Demkin could see that the 95th was continuing to push forward with the support of the remaining SU-100s from the 1435th. They might not have periscopic sights and cross-hull rangefinders like the sniper SU-100Ms, but their weapons would still tear right through a Panzer IV. With their support, the third battalion of 95th pushed through the fascist force after an intense fight with significant losses and reached the road to Ponga.
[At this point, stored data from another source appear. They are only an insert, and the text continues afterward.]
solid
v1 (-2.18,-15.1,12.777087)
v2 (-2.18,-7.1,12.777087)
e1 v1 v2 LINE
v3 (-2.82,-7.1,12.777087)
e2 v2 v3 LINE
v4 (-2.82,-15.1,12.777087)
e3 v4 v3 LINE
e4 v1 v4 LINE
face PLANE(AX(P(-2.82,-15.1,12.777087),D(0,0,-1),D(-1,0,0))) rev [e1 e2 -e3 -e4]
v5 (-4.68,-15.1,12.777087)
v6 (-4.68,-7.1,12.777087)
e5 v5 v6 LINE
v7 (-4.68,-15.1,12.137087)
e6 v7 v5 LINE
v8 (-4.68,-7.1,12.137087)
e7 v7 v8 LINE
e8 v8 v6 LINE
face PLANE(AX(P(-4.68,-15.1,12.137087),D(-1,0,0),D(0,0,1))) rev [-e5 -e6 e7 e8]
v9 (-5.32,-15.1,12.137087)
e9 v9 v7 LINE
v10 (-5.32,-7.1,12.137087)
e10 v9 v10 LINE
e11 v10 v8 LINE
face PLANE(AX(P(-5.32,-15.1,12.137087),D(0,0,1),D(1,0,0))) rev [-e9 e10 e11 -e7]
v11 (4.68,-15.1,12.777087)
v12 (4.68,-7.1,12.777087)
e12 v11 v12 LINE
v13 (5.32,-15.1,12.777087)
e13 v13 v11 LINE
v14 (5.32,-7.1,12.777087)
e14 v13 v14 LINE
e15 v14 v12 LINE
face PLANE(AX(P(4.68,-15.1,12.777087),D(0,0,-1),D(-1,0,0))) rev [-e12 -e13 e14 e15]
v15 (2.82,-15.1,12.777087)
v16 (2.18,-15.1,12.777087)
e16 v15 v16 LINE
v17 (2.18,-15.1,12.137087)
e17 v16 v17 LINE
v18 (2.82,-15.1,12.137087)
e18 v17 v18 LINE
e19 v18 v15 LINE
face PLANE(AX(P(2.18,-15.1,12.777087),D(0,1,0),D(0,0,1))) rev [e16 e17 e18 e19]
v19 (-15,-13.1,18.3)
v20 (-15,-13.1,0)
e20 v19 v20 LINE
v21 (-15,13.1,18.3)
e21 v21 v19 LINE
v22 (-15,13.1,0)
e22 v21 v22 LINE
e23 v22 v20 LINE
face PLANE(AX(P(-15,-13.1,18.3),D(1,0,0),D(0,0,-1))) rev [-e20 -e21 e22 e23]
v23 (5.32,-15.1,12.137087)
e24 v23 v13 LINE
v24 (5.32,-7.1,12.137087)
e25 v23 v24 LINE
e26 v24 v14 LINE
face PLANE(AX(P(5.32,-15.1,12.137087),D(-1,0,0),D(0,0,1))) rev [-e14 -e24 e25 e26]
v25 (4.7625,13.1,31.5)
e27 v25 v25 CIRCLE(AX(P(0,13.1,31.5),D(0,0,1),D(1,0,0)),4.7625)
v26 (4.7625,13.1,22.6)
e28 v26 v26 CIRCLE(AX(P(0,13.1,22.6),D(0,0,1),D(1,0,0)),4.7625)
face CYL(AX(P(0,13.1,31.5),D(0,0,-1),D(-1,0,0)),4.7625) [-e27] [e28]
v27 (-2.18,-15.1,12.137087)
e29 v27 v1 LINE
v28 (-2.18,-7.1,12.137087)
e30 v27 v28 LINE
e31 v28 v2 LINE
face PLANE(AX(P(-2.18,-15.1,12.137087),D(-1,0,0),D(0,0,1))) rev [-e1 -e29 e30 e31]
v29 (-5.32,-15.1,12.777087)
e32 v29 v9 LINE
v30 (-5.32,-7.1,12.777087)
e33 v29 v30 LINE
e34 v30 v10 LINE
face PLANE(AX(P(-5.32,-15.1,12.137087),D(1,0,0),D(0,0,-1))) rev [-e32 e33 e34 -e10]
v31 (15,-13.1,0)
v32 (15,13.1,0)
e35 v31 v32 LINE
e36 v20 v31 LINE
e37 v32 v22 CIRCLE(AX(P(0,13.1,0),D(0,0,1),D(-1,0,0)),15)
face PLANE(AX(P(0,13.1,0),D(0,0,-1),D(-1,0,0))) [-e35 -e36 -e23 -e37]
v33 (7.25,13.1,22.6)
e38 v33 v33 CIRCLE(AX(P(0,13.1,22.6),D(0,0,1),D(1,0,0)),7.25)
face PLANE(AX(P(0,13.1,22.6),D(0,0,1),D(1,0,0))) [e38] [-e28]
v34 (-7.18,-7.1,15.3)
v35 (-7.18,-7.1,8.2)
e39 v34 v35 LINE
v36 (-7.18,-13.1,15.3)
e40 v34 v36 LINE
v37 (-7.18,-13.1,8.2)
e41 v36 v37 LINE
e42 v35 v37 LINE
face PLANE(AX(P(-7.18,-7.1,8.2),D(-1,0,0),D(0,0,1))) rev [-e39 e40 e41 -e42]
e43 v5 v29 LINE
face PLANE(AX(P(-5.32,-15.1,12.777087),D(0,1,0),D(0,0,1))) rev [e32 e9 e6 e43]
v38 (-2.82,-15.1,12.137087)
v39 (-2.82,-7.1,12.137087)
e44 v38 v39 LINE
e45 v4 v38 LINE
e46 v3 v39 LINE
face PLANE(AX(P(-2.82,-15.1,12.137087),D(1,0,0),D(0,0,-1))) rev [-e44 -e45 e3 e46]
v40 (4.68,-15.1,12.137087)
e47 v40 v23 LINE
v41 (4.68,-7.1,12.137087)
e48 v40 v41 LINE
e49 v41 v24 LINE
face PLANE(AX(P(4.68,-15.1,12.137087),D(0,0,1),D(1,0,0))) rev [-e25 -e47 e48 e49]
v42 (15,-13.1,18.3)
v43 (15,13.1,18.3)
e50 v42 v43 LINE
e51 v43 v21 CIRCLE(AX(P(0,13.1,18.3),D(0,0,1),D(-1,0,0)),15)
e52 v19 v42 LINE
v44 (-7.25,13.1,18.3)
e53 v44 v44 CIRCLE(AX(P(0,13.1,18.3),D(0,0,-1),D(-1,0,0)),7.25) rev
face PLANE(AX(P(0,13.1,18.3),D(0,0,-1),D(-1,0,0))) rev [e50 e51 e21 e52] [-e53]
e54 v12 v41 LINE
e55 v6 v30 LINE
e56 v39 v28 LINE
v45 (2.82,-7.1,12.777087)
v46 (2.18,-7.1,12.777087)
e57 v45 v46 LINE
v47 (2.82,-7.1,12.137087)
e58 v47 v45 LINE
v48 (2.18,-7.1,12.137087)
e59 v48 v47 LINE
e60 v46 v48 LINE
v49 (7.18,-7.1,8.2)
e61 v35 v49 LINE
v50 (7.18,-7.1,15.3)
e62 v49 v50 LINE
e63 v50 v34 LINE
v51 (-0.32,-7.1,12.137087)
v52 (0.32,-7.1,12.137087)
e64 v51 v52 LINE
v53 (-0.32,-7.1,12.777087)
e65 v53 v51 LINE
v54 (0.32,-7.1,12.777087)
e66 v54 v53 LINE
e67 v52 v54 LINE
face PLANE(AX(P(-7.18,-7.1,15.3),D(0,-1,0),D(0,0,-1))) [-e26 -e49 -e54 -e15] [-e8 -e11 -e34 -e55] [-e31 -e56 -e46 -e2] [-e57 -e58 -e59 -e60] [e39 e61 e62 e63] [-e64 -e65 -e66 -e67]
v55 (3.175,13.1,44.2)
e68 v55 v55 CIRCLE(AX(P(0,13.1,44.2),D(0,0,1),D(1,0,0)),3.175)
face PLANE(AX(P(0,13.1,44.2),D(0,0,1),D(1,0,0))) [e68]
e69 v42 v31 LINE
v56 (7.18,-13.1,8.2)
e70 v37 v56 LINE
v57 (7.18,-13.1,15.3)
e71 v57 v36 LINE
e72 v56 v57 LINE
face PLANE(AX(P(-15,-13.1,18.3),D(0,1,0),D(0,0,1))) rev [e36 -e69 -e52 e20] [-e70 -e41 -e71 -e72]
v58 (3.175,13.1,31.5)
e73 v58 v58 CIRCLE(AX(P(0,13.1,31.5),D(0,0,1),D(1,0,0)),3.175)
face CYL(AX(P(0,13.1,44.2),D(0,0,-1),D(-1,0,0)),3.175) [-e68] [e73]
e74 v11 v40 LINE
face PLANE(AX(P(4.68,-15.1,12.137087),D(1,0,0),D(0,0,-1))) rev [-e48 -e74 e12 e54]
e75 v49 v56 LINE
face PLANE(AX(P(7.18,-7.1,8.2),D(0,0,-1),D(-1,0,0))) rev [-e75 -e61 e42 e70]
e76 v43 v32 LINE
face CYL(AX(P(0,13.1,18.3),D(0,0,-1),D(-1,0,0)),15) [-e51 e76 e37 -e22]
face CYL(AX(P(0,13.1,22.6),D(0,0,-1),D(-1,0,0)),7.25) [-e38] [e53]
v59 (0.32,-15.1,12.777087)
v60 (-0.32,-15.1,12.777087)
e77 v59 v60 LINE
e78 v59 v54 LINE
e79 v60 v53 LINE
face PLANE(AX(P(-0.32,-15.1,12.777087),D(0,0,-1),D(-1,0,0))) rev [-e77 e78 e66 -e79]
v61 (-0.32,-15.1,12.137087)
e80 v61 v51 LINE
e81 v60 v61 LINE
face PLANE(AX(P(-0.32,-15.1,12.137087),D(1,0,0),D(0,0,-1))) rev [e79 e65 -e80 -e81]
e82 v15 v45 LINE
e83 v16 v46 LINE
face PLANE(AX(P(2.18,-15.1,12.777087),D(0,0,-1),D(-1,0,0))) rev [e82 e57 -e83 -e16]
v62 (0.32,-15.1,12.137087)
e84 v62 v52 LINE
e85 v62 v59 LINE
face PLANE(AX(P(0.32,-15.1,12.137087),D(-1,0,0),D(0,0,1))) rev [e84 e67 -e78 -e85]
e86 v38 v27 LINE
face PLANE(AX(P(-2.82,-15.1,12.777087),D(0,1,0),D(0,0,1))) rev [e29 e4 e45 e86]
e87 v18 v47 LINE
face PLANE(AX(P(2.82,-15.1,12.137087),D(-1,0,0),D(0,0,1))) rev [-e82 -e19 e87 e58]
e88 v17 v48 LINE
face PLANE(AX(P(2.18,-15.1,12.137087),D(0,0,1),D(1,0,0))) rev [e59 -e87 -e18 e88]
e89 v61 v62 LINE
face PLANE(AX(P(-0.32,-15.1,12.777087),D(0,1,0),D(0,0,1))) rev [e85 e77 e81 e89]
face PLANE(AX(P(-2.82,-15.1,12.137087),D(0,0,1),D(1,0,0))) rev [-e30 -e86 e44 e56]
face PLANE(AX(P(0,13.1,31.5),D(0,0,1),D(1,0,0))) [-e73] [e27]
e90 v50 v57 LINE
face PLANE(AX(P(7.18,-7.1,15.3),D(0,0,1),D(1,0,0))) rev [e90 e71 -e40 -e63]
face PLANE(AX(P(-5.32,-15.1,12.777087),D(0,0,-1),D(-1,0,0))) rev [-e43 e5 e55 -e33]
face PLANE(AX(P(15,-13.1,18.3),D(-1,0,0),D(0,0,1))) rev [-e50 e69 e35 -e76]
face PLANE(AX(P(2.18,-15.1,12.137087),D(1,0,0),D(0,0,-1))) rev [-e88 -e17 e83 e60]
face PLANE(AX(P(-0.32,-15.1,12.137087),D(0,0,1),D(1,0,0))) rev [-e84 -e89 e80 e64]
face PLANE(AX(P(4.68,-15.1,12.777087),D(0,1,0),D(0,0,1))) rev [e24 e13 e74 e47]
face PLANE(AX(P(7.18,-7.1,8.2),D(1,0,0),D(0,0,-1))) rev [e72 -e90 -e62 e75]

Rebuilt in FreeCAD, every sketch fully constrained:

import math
import FreeCAD as App
import Part
import Sketcher


def add_polygon(sketch, points):
    """Adds a closed chain of lines whose ends are joined by coincident constraints."""
    first, n = sketch.GeometryCount, len(points)
    for a, b in zip(points, points[1:] + points[:1]):
        sketch.addGeometry(Part.LineSegment(App.Vector(*a, 0), App.Vector(*b, 0)), False)
    for i in range(n):
        sketch.addConstraint(Sketcher.Constraint("Coincident", first + i, 2, first + (i + 1) % n, 1))

doc = App.newDocument("Part")
params = doc.addObject("Spreadsheet::Sheet", "Params")
for row, (alias, value) in enumerate([
    ("sketch1_radius", "15 mm"),
    ("sketch1_height", "26.2 mm"),
    ("pad1_length", "18.3 mm"),
    ("sketch2_diameter", "14.5 mm"),
    ("pad2_length", "4.3 mm"),
    ("pad3_length", "8.9 mm"),
    ("sketch4_diameter", "6.35 mm"),
    ("pad4_length", "12.7 mm"),
    ("sketch5_height", "7.1 mm"),
    ("sketch5_width", "14.36 mm"),
    ("pocket1_length", "6 mm"),
    ("sketch6_width", "0.64 mm"),
    ("pad5_length", "8 mm"),
], start=1):
    params.set(f"A{row}", alias)
    params.set(f"B{row}", "=" + value)
    params.setAlias(f"B{row}", alias)

body = doc.addObject("PartDesign::Body", "Body")

# Sketch on XY plane
sketch1 = body.newObject("Sketcher::SketchObject", "Sketch")
sketch1.AttachmentSupport = (doc.getObject("XY_Plane"), [""])
sketch1.MapMode = "FlatFace"
sketch1.addGeometry(Part.LineSegment(App.Vector(-15, -13, 0), App.Vector(15, -13, 0)), False)
sketch1.addGeometry(Part.LineSegment(App.Vector(15, -13, 0), App.Vector(15, 13, 0)), False)
sketch1.addGeometry(Part.ArcOfCircle(Part.Circle(App.Vector(0, 13, 0), App.Vector(0, 0, 1), 15), math.radians(0), math.radians(180)), False)
sketch1.addGeometry(Part.LineSegment(App.Vector(-15, 13, 0), App.Vector(-15, -13, 0)), False)
sketch1.addConstraint(Sketcher.Constraint("Coincident", 0, 2, 1, 1))
sketch1.addConstraint(Sketcher.Constraint("Tangent", 1, 2, 2, 1))
sketch1.addConstraint(Sketcher.Constraint("Tangent", 2, 2, 3, 1))
sketch1.addConstraint(Sketcher.Constraint("Coincident", 3, 2, 0, 1))
sketch1.addConstraint(Sketcher.Constraint("Horizontal", 0))
sketch1.addConstraint(Sketcher.Constraint("Vertical", 1))
sketch1.addConstraint(Sketcher.Constraint("Vertical", 3))
sketch1.addConstraint(Sketcher.Constraint("Symmetric", 0, 2, 2, 2, -1, 1))
sketch1.addConstraint(Sketcher.Constraint("Radius", 2, 15.0))
sketch1.addConstraint(Sketcher.Constraint("DistanceY", 1, 1, 1, 2, 26.2))
sketch1.setExpression("Constraints[8]", "Params.sketch1_radius")
sketch1.setExpression("Constraints[9]", "Params.sketch1_height")
pad1 = body.newObject("PartDesign::Pad", "Pad")
pad1.Profile = sketch1
pad1.setExpression("Length", "Params.pad1_length")

# Sketch on XY plane
sketch2 = body.newObject("Sketcher::SketchObject", "Sketch001")
sketch2.AttachmentSupport = (doc.getObject("XY_Plane"), [""])
sketch2.MapMode = "FlatFace"
sketch2.AttachmentOffset = App.Placement(App.Vector(0, 0, 18.3), App.Rotation())
sketch2.addGeometry(Part.Circle(App.Vector(0, 13, 0), App.Vector(0, 0, 1), 7), False)
sketch2.addConstraint(Sketcher.Constraint("PointOnObject", 0, 3, -2))
sketch2.addConstraint(Sketcher.Constraint("Diameter", 0, 14.5))
sketch2.addConstraint(Sketcher.Constraint("DistanceY", -1, 1, 0, 3, 13.1))
sketch2.setExpression("Constraints[1]", "Params.sketch2_diameter")
pad2 = body.newObject("PartDesign::Pad", "Pad001")
pad2.Profile = sketch2
pad2.setExpression("Length", "Params.pad2_length")

# Sketch on XY plane
sketch3 = body.newObject("Sketcher::SketchObject", "Sketch002")
sketch3.AttachmentSupport = (doc.getObject("XY_Plane"), [""])
sketch3.MapMode = "FlatFace"
sketch3.AttachmentOffset = App.Placement(App.Vector(0, 0, 22.6), App.Rotation())
sketch3.addGeometry(Part.Circle(App.Vector(0, 13.1, 0), App.Vector(0, 0, 1), 4.8), False)
sketch3.addConstraint(Sketcher.Constraint("PointOnObject", 0, 3, -2))
sketch3.addConstraint(Sketcher.Constraint("Diameter", 0, 9.525))
sketch3.addConstraint(Sketcher.Constraint("DistanceY", -1, 1, 0, 3, 13.1))
pad3 = body.newObject("PartDesign::Pad", "Pad002")
pad3.Profile = sketch3
pad3.setExpression("Length", "Params.pad3_length")

# Sketch on XY plane
sketch4 = body.newObject("Sketcher::SketchObject", "Sketch003")
sketch4.AttachmentSupport = (doc.getObject("XY_Plane"), [""])
sketch4.MapMode = "FlatFace"
sketch4.AttachmentOffset = App.Placement(App.Vector(0, 0, 31.5), App.Rotation())
sketch4.addGeometry(Part.Circle(App.Vector(0, 13.1, 0), App.Vector(0, 0, 1), 3.2), False)
sketch4.addConstraint(Sketcher.Constraint("PointOnObject", 0, 3, -2))
sketch4.addConstraint(Sketcher.Constraint("Diameter", 0, 6.35))
sketch4.addConstraint(Sketcher.Constraint("DistanceY", -1, 1, 0, 3, 13.1))
sketch4.setExpression("Constraints[1]", "Params.sketch4_diameter")
pad4 = body.newObject("PartDesign::Pad", "Pad003")
pad4.Profile = sketch4
pad4.setExpression("Length", "Params.pad4_length")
The fascist artillery fire had intensified as the gunners tried to cover the retreat of the Hitlerites. Already five more of the Russian tanks were burning on the battlefield and one of the SU-100 tank destroyers hadn’t been quick enough to get back into cover and was silently immobile. With relief Pakholkov noted that it wasn’t burning and that meant it could be recovered and repaired. In what had once been the fascist main line of resistance, the infantry and the submachine-gunners were now locked in hand-to-hand fighting. The vicious ripping noise of machine guns and submachine-guns were chattering everywhere in foxholes, trenches, communication trenches and weapon emplacements. The whole main line of resistance area had turned into a surging, swaying mass of blood-crazed men trying to smash down their opponents with any weapon that came to hand. The battle zone was lost in a mass of choking smoke and soot while the ground heaved with the explosions of artillery, mortars and hand grenades. An yet, for all that there would be sudden, brief instances of near silence when the crews of the SU-100s could instantly hear the screams of wounded men and the crackle of burning vehicles.
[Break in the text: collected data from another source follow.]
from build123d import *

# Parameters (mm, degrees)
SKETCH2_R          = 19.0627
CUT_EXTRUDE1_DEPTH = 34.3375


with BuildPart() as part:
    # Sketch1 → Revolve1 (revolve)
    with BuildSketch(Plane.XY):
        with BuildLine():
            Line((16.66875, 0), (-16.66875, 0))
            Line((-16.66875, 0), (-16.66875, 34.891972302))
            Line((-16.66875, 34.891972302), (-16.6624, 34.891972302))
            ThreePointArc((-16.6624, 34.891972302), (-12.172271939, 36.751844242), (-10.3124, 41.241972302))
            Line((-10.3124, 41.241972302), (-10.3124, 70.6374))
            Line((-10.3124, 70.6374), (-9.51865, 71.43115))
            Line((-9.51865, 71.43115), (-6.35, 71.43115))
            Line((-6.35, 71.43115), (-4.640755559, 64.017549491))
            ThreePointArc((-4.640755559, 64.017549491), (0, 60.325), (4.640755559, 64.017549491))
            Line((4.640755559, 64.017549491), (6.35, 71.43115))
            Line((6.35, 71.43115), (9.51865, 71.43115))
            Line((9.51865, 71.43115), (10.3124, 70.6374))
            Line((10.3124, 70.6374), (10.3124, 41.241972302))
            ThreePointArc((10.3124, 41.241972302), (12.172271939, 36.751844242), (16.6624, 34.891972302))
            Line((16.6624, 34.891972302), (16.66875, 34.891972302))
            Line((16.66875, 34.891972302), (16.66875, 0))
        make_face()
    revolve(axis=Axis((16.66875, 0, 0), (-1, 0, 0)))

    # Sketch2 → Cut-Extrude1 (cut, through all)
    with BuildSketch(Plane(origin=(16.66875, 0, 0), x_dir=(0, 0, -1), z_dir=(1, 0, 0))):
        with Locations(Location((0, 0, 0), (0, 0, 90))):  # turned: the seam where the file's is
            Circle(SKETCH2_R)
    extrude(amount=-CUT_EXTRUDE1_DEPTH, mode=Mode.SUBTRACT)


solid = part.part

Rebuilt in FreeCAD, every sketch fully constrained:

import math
import FreeCAD as App
import Part
import Sketcher

V = App.Vector
Q = App.Units.Quantity

doc = App.newDocument("Part")
body = doc.addObject("PartDesign::Body", "Body")

sketch1 = body.newObject("Sketcher::SketchObject", "Sketch")
sketch1.AttachmentSupport = (doc.getObject("XY_Plane"), [""])
sketch1.MapMode = "FlatFace"
sketch1.addGeometry([
    Part.LineSegment(V(-16.669, 0, 0), V(16.669, 0, 0)),
    Part.LineSegment(V(16.669, 0, 0), V(16.669, 34.892, 0)),
    Part.LineSegment(V(16.669, 34.892, 0), V(16.662, 34.892, 0)),
    Part.ArcOfCircle(Part.Circle(V(16.662, 41.242, 0), V(0, 0, 1), 6.35), math.radians(180), math.radians(270)),
    Part.LineSegment(V(10.312, 41.242, 0), V(10.312, 70.637, 0)),
    Part.LineSegment(V(10.312, 70.637, 0), V(9.519, 71.431, 0)),
    Part.LineSegment(V(9.519, 71.431, 0), V(6.35, 71.431, 0)),
    Part.LineSegment(V(6.35, 71.431, 0), V(4.641, 64.018, 0)),
    Part.ArcOfCircle(Part.Circle(V(0, 65.088, 0), V(0, 0, 1), 4.763), math.radians(-167), math.radians(-13)),
    Part.LineSegment(V(-4.641, 64.018, 0), V(-6.35, 71.431, 0)),
    Part.LineSegment(V(-6.35, 71.431, 0), V(-9.519, 71.431, 0)),
    Part.LineSegment(V(-9.519, 71.431, 0), V(-10.312, 70.637, 0)),
    Part.LineSegment(V(-10.312, 70.637, 0), V(-10.312, 41.242, 0)),
    Part.ArcOfCircle(Part.Circle(V(-16.662, 41.242, 0), V(0, 0, 1), 6.35), math.radians(-90), math.radians(0)),
    Part.LineSegment(V(-16.662, 34.892, 0), V(-16.669, 34.892, 0)),
    Part.LineSegment(V(-16.669, 34.892, 0), V(-16.669, 0, 0)),
], False)
sketch1.addConstraint([
    Sketcher.Constraint("Coincident", 0, 2, 1, 1),
    Sketcher.Constraint("Coincident", 1, 2, 2, 1),
    Sketcher.Constraint("Tangent", 2, 2, 3, 2),
    Sketcher.Constraint("Tangent", 3, 1, 4, 1),
    Sketcher.Constraint("Coincident", 4, 2, 5, 1),
    Sketcher.Constraint("Coincident", 5, 2, 6, 1),
    Sketcher.Constraint("Coincident", 6, 2, 7, 1),
    Sketcher.Constraint("Tangent", 7, 2, 8, 2),
    Sketcher.Constraint("Tangent", 8, 1, 9, 1),
    Sketcher.Constraint("Coincident", 9, 2, 10, 1),
    Sketcher.Constraint("Coincident", 10, 2, 11, 1),
    Sketcher.Constraint("Coincident", 11, 2, 12, 1),
    Sketcher.Constraint("Tangent", 12, 2, 13, 2),
    Sketcher.Constraint("Tangent", 13, 1, 14, 1),
    Sketcher.Constraint("Coincident", 14, 2, 15, 1),
    Sketcher.Constraint("Coincident", 15, 2, 0, 1),
    Sketcher.Constraint("Horizontal", 0),
    Sketcher.Constraint("Vertical", 1),
    Sketcher.Constraint("Vertical", 4),
    Sketcher.Constraint("Horizontal", 6),
    Sketcher.Constraint("Horizontal", 10),
    Sketcher.Constraint("Vertical", 12),
    Sketcher.Constraint("Vertical", 15),
    Sketcher.Constraint("Equal", 3, 13),
    Sketcher.Constraint("Symmetric", 0, 2, 15, 2, -1, 1),
    Sketcher.Constraint("Symmetric", 3, 3, 13, 3, -2),
    Sketcher.Constraint("Symmetric", 7, 2, 8, 1, -2),
    Sketcher.Constraint("Symmetric", 5, 2, 10, 2, -2),
    Sketcher.Constraint("Perpendicular", 5, 11),
    Sketcher.Constraint("Horizontal", 4, 2, 11, 2),
    Sketcher.Constraint("Vertical", 3, 3, 2, 2),
    Sketcher.Constraint("Equal", 2, 14),
    Sketcher.Constraint("Radius", 3, Q("0.25 in")),
    Sketcher.Constraint("Radius", 8, Q("0.1875 in")),
    Sketcher.Constraint("DistanceX", 9, 2, 6, 2, Q("0.5 in")),
    Sketcher.Constraint("DistanceX", 0, 1, 0, 2, Q("1.3125 in")),
    Sketcher.Constraint("DistanceX", -1, 1, 3, 3, Q("0.656 in")),
    Sketcher.Constraint("DistanceY", -1, 1, 8, 3, Q("2.5625 in")),
    Sketcher.Constraint("DistanceY", -1, 1, 4, 2, Q("2.781 in")),
    Sketcher.Constraint("DistanceX", 5, 2, 4, 2, Q("0.03125 in")),
    Sketcher.Constraint("DistanceY", 1, 1, 1, 2, Q("34.891972 mm")),
])
revolution = body.newObject("PartDesign::Revolution", "Revolution")
revolution.Profile = sketch1
revolution.ReferenceAxis = (sketch1, ["H_Axis"])
revolution.Angle = 360

sketch2 = body.newObject("Sketcher::SketchObject", "Sketch001")
sketch2.AttachmentSupport = (doc.getObject("YZ_Plane"), [""])
sketch2.MapMode = "FlatFace"
sketch2.AttachmentOffset = App.Placement(V(0, 0, 0.65625 * 25.4), App.Rotation())
sketch2.addGeometry(Part.Circle(V(0, 0, 0), V(0, 0, 1), 19), False)
sketch2.addConstraint([
    Sketcher.Constraint("Coincident", 0, 3, -1, 1),
    Sketcher.Constraint("Diameter", 0, Q("1.501 in")),
])
pocket1 = body.newObject("PartDesign::Pocket", "Pocket")
pocket1.Profile = sketch2
pocket1.Type = "ThroughAll"

doc.recompute()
Eventually, the fascist infantry broke and slowly retreated, giving ground as reluctantly as they always did. Having dislodged the enemy from the high road, the Russians tried to switch to a pursuit of the retreating enemy, but almost immediately ran into another defensive screen. This time, they were too weakened by the earlier defenses and failed to break through it. It didn’t really matter; what was important was that the Hitlerites intending to break through from the south and reinforce the Jagdtigers in their lonely stand had been pushed back.